2. Ekokardiografi atau ventrikulografi dengan radionuklida juga dapat
membantu. Fraksi ejeksi ventrikel kiri berkurang pada kegagalan
ventrikel kiri, yang kanan dapat menurun pada saat istirahat atau
meningkat selama aktivitas pada penderita penyakit paru berat, dan fraksi
ejeksi ventrikel kiri dan kanan normal pada saat istirahat dan selama
aktivitas pada dispnea yang berhubungan dengan kecemasan atau
malingering.
3. Observasi yang cermat selama tes treadmill sering dapat mengidentifikasi
dispnea akibat malingering atau kecemasan.
4. Tes latihan kardiopulmoner (cardiopulmonary exercise testing) juga
sangat bermanfaat, di mana dilakukan penilaian kapasitas maksimal
dalam melakukan aktivitas fungsional, sekaligus pemeriksaan EKG,
tekanan darah, konsumsi oksigen, oksimetri, dan ventilasi.
Tabel 2 : Pola–pola Abnormal dalam Cardiopulmonary Exercise Testing (Ingram,
2005)
Keterbatasan pada fungsi kardiovaskular.
a. Denyut jantung > 85% dari prediksi maksimal
b. Ambang anaerobik yang rendah
c. Penurunan konsumsi oksigen maksimal
d. Tekanan darah drop dengan aktivitas fisik
e. Aritmia atau iskemia pada EKG
f. Tidak mampu mencapai prediksi ventilasi maksimal
g. Tidak memiliki desaturasi yang signifikan
Keterbatasan pada fungsi respirasi.
a. Mampu mencapai atau melampaui prediksi ventilasi maksimal
b. Desaturasi signifikan (<90%)
c. Dead space yang stabil atau meningkat terhadap rasio volume tidal
d. Adanya perkembangan ke arah atau telah terjadi bronkospasme dengan
nilai FEV1 yang jatuh
e. Tidak mampu mencapai 85% dari prediksi denyut jantung maksimal
f. Tidak terdapat tanda iskemia pada EKG
F. Patomekanisme
Secara garis besar mekanisme terjadinya dispnea dipicu oleh stimulus
terhadap reseptor yang terdapat dalam saluran napas atas, paru, otot-otot
pernapasan, dinding dada, atau kombinasi dari reseptor-reseptor tersebut. Dispnea
ditandai oleh aktivasi pusat pernapasan yang abnormal atau berlebihan dalam
batang otak.

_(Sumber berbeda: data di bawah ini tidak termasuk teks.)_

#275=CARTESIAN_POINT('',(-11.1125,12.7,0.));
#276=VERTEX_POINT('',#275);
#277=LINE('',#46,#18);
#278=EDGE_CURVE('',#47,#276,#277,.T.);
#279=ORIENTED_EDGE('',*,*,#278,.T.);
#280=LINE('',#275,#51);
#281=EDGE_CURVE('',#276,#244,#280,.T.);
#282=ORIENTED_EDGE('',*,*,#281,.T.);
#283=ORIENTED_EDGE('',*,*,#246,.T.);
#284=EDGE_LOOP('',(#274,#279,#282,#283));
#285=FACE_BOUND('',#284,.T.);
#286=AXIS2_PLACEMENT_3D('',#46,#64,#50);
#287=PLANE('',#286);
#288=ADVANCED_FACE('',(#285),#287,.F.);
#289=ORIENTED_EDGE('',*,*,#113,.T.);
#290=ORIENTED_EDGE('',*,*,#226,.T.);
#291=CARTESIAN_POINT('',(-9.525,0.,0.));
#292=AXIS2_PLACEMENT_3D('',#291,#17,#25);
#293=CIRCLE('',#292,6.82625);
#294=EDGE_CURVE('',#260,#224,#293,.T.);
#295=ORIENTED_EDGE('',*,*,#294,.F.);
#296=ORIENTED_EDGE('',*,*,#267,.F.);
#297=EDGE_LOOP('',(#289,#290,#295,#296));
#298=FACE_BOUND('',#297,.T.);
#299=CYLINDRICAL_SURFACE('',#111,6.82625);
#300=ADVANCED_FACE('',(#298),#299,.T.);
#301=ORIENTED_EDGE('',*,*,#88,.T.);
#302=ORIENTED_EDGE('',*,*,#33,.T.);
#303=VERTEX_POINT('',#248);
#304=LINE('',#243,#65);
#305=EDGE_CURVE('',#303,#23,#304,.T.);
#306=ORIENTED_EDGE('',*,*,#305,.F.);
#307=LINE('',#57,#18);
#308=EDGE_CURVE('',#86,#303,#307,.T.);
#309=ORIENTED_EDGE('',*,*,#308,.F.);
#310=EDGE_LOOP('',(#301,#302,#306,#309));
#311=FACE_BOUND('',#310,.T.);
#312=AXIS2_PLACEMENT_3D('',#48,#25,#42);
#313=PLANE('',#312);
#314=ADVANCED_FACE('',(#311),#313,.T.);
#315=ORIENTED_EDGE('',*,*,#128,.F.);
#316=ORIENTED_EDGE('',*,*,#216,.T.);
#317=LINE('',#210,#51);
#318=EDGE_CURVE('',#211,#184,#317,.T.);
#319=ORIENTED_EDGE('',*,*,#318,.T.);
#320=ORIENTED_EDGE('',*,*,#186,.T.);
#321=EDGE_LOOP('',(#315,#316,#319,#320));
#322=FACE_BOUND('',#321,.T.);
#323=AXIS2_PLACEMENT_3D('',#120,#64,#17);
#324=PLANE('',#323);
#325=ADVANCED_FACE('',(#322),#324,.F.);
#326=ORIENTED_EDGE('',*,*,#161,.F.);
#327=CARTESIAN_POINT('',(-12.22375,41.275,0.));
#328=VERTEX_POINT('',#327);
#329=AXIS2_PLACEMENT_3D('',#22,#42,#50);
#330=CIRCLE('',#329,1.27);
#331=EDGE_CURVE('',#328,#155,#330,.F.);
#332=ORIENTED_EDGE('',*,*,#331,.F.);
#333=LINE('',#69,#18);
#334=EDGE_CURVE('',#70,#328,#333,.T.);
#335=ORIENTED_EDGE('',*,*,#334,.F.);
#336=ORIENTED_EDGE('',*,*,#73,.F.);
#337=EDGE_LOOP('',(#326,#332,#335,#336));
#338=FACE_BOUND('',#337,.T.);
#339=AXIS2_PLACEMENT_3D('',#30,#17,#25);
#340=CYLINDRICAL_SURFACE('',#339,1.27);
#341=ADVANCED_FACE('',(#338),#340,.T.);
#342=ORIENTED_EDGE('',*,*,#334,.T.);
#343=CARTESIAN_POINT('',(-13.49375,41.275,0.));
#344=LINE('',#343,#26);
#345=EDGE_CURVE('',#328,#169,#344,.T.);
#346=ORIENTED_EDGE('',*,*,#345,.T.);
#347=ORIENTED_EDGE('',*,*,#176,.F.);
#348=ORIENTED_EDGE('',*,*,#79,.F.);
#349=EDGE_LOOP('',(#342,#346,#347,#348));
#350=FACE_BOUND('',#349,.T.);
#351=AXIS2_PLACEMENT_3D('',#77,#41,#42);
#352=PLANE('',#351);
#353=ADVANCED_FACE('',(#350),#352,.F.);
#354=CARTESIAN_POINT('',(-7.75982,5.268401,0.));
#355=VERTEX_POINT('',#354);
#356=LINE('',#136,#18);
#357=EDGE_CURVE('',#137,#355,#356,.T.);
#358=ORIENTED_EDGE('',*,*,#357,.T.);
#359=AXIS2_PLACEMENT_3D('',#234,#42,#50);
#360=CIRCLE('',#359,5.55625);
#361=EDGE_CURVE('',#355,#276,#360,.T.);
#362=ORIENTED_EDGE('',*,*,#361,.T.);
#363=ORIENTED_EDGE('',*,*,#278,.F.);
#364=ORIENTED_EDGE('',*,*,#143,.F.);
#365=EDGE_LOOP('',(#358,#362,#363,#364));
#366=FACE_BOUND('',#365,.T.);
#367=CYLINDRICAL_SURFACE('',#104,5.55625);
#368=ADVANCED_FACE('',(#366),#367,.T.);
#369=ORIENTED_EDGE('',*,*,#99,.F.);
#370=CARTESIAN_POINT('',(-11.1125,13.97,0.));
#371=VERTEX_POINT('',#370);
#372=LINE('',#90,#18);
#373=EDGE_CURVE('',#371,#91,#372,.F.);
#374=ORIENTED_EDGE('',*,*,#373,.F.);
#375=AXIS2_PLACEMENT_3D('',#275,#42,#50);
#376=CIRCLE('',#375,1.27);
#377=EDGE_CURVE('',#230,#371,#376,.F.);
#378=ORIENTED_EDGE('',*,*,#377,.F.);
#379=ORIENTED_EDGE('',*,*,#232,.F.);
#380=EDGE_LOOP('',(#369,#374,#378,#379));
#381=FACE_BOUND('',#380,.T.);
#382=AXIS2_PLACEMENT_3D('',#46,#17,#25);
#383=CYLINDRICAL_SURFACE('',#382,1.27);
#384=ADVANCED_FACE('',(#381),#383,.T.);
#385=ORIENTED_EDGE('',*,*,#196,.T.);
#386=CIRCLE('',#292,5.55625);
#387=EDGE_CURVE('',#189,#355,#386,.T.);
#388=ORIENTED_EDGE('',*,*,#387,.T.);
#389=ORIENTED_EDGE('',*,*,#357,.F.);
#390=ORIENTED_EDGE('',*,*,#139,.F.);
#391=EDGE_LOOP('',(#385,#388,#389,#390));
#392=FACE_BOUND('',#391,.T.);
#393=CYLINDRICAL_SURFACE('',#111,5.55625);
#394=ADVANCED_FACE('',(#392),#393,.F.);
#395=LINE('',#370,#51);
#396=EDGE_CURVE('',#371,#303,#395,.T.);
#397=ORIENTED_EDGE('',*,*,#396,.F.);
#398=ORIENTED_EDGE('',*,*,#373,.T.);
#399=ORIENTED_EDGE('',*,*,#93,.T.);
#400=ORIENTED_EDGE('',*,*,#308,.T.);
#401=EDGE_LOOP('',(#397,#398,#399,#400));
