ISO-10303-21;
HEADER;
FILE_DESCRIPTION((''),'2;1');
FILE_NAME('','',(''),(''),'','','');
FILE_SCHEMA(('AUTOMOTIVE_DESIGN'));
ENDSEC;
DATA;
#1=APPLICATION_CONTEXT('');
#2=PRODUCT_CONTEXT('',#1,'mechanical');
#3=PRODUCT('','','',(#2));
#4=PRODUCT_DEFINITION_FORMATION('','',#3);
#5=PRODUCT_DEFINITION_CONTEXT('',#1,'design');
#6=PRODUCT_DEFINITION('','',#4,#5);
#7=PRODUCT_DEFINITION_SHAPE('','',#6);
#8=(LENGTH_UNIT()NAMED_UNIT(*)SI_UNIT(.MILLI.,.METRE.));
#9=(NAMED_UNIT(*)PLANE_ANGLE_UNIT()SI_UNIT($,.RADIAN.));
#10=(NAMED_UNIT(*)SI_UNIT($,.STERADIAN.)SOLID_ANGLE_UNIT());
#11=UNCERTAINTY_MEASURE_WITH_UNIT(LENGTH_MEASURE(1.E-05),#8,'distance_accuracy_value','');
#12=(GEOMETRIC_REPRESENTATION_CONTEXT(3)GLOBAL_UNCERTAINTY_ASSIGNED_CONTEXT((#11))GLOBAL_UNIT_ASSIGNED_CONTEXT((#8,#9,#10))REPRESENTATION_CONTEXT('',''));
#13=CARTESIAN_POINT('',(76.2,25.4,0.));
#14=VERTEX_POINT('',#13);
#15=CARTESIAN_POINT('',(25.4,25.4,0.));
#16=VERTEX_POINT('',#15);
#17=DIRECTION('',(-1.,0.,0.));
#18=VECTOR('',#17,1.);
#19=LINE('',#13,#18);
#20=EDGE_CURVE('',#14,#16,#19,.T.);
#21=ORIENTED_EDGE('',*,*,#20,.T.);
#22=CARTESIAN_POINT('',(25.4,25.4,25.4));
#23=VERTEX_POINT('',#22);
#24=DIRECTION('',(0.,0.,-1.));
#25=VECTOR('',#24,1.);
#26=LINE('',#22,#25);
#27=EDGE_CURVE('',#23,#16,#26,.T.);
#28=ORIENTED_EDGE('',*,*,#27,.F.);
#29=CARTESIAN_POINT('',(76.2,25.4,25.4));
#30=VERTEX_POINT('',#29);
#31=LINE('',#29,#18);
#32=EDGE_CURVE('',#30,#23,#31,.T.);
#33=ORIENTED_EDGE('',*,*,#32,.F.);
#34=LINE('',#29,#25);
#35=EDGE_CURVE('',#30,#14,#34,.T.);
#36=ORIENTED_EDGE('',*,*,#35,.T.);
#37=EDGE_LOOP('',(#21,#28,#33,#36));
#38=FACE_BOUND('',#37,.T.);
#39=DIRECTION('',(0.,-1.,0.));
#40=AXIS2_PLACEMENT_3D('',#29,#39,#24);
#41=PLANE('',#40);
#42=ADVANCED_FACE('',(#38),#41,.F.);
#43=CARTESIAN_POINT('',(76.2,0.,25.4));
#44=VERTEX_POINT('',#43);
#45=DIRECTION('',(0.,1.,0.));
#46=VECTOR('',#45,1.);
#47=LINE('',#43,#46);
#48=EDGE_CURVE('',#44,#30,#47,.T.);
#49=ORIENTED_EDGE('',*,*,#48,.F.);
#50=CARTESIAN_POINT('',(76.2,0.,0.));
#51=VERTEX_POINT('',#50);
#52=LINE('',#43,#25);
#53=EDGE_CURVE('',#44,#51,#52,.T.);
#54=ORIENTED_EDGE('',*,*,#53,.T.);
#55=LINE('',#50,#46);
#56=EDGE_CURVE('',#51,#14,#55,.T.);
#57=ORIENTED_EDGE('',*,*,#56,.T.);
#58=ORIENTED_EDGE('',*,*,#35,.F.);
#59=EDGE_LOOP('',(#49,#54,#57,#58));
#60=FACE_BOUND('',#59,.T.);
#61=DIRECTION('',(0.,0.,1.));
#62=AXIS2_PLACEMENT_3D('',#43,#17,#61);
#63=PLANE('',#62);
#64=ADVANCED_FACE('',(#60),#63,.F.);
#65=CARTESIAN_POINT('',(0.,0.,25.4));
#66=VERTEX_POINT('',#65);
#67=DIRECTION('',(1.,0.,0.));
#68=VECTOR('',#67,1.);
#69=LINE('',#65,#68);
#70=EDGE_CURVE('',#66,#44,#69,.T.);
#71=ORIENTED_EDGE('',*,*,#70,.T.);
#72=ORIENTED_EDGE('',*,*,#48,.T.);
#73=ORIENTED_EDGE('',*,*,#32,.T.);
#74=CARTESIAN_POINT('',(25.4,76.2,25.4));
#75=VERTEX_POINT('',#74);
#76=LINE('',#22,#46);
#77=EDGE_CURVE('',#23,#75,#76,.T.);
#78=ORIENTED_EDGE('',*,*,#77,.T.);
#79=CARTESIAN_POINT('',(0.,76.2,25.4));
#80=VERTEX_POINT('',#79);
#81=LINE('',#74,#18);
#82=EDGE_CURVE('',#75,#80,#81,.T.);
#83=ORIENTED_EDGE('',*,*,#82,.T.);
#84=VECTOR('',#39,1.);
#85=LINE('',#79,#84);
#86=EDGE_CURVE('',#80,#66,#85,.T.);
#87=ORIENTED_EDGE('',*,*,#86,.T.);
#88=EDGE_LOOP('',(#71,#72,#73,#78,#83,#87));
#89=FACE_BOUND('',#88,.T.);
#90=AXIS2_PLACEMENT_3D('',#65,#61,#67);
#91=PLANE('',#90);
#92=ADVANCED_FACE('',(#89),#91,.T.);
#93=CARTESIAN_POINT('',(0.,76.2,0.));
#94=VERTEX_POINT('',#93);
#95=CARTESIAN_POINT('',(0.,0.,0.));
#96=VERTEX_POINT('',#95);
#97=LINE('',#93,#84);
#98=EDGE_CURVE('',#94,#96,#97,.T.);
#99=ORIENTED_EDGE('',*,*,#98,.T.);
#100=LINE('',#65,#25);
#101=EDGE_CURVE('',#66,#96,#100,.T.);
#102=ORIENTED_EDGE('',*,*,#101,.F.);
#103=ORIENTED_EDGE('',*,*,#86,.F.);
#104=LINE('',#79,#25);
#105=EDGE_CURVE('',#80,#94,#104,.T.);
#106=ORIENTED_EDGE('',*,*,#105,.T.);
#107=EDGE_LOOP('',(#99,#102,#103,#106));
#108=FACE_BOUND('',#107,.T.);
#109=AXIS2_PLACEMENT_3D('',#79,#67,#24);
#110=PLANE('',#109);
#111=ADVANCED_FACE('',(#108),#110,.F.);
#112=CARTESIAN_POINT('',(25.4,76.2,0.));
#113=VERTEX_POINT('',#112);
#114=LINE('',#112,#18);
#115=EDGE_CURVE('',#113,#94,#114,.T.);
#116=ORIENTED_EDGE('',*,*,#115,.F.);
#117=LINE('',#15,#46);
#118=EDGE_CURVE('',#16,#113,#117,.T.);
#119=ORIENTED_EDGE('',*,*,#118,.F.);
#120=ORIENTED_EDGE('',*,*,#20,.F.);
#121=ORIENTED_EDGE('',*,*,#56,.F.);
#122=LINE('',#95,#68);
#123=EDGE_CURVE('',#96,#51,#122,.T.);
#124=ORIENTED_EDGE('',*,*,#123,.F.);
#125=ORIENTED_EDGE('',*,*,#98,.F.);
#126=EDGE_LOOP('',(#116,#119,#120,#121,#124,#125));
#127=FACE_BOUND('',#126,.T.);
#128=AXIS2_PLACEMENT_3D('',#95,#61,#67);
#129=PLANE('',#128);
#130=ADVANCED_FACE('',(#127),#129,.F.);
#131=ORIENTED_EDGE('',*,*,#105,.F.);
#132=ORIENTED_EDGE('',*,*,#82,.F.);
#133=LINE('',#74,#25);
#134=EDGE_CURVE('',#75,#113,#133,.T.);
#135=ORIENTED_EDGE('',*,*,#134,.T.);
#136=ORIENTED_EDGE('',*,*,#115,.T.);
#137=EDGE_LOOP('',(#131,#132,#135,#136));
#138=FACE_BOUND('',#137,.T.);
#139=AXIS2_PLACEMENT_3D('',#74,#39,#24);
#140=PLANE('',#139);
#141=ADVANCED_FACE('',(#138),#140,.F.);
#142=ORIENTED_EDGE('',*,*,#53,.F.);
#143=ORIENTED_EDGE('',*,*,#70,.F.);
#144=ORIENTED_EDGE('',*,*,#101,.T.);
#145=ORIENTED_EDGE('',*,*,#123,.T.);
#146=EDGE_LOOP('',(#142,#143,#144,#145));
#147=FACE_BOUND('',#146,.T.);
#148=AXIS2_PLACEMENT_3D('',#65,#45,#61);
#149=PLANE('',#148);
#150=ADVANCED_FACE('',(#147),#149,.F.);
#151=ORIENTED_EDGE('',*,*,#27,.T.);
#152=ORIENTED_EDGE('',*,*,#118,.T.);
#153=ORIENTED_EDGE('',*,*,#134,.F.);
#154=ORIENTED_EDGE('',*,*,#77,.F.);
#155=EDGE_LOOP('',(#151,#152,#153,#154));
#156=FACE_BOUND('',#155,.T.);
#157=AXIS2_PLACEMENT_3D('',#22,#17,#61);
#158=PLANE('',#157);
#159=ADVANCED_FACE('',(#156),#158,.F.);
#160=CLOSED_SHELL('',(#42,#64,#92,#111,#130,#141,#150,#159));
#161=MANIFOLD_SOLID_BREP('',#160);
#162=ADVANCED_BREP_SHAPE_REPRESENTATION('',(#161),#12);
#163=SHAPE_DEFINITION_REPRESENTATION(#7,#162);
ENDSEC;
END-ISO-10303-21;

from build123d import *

# Parameters (mm, degrees)
BOSS_EXTRUDE1_DEPTH = 25.4


with BuildPart() as part:
    # Sketch1 → Boss-Extrude1 (new body)
    with BuildSketch(Plane.XY):
        Polygon((76.2, 0), (76.2, 25.4), (25.4, 25.4), (25.4, 76.2), (0, 76.2), (0, 0), align=None)
    extrude(amount=BOSS_EXTRUDE1_DEPTH)


solid = part.part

Aktivasi ini berasal dari stimulus yang ditransmisikan dari atau
melalui (Ingram, 2005); (Braunwauld, 2001) :
1. Reseptor intratoraks melalui nervus vagus
2. Saraf somatic aferen, terutama dari otot pernapasan dan dinding dada,
selain itu juga dari otot rangka dan sendi lain
3. Kemoreseptor di dalam otak, aorta dan badan karotis, serta semua tempat
dalam sirkulasi
4. Pusat kortikal yang lebih tinggi
5. Serat aferen dalam nervus phrenikus
Tabel 3. Kondisi terjadinya Dispnea dan Mekanismenya (Manning, 1995)
Kondisi Mekanisme
Asma Meningkatnya sensasi upaya bernafas
Stimulasi reseptor terhadap iritan di saluran nafas
Penyakit neuromuskuler Meningkatnya sensasi upaya bernafas
PPOK Meningkatnya sensasi upaya bernafas
Hipoksia
Hiperkapnia
Ventilasi mekanis Aferen yang tidak sesuai
Berbagai faktor yang menyertai kondisi yang
mendasari
Emboli paru Stimulasi reseptor terhadap tekanan di pembuluh paru
atau dapat saja di atrium kanan
Berdasarkan penyebabnya, mekanisme terjadinya dispnea yaitu (Manning, 1995);
(ATS, 1999):
1. Kekurangan oksigen (O2)
a. Gangguan konduksi maupun difusi gas keparu
b. Obstruksi dari jalan nafas, misalnya pada bronchospasme dan
adanya benda asing
c. Berkurangnya alveoli ventilasi, misalnya pada edema paru, radang paru,
emfisema.
d. Fungsi restriksi yang berkurang, misalnya pada. pneumotoraks, efusi
pleura dan barrel chest.
e. Penekanan pada pusat respirasi
2. Gangguan pertukaran gas dan hipoventilasi
a. Gangguan neuro muscular
b. Gangguan pusat respirasi, misal karena pengaruh sedatif
c. Gangguan medulla spinalis misalnya sindrom guillain-barre
d. Gangguan saraf prenikus, misalnya pada poliomielitis
e. Gangguan diafragma, misalnya tetanus
f. Gangguan rongga dada, misalnya kifiskoliosis
g. Gangguan obstruksi jalan nafas: Obstruksi jalan nafas atas, misal
laringitis/udem laring; Obstruksi jalan nafas bawah, misal asma
brochiale dalam hal ini status asmatikus sebagai kasus emergency
h. Gangguan pada parenkim paru, misalnya emfisema dan pneumonia
i. Gangguan yang sirkulasi oksigen dalam darah, misalnya pada keadaan
ARDS dan keadaan kurang darah.
3. Pertukaran gas di paru normal tapi kadar oksigen di dalam paru berkurang.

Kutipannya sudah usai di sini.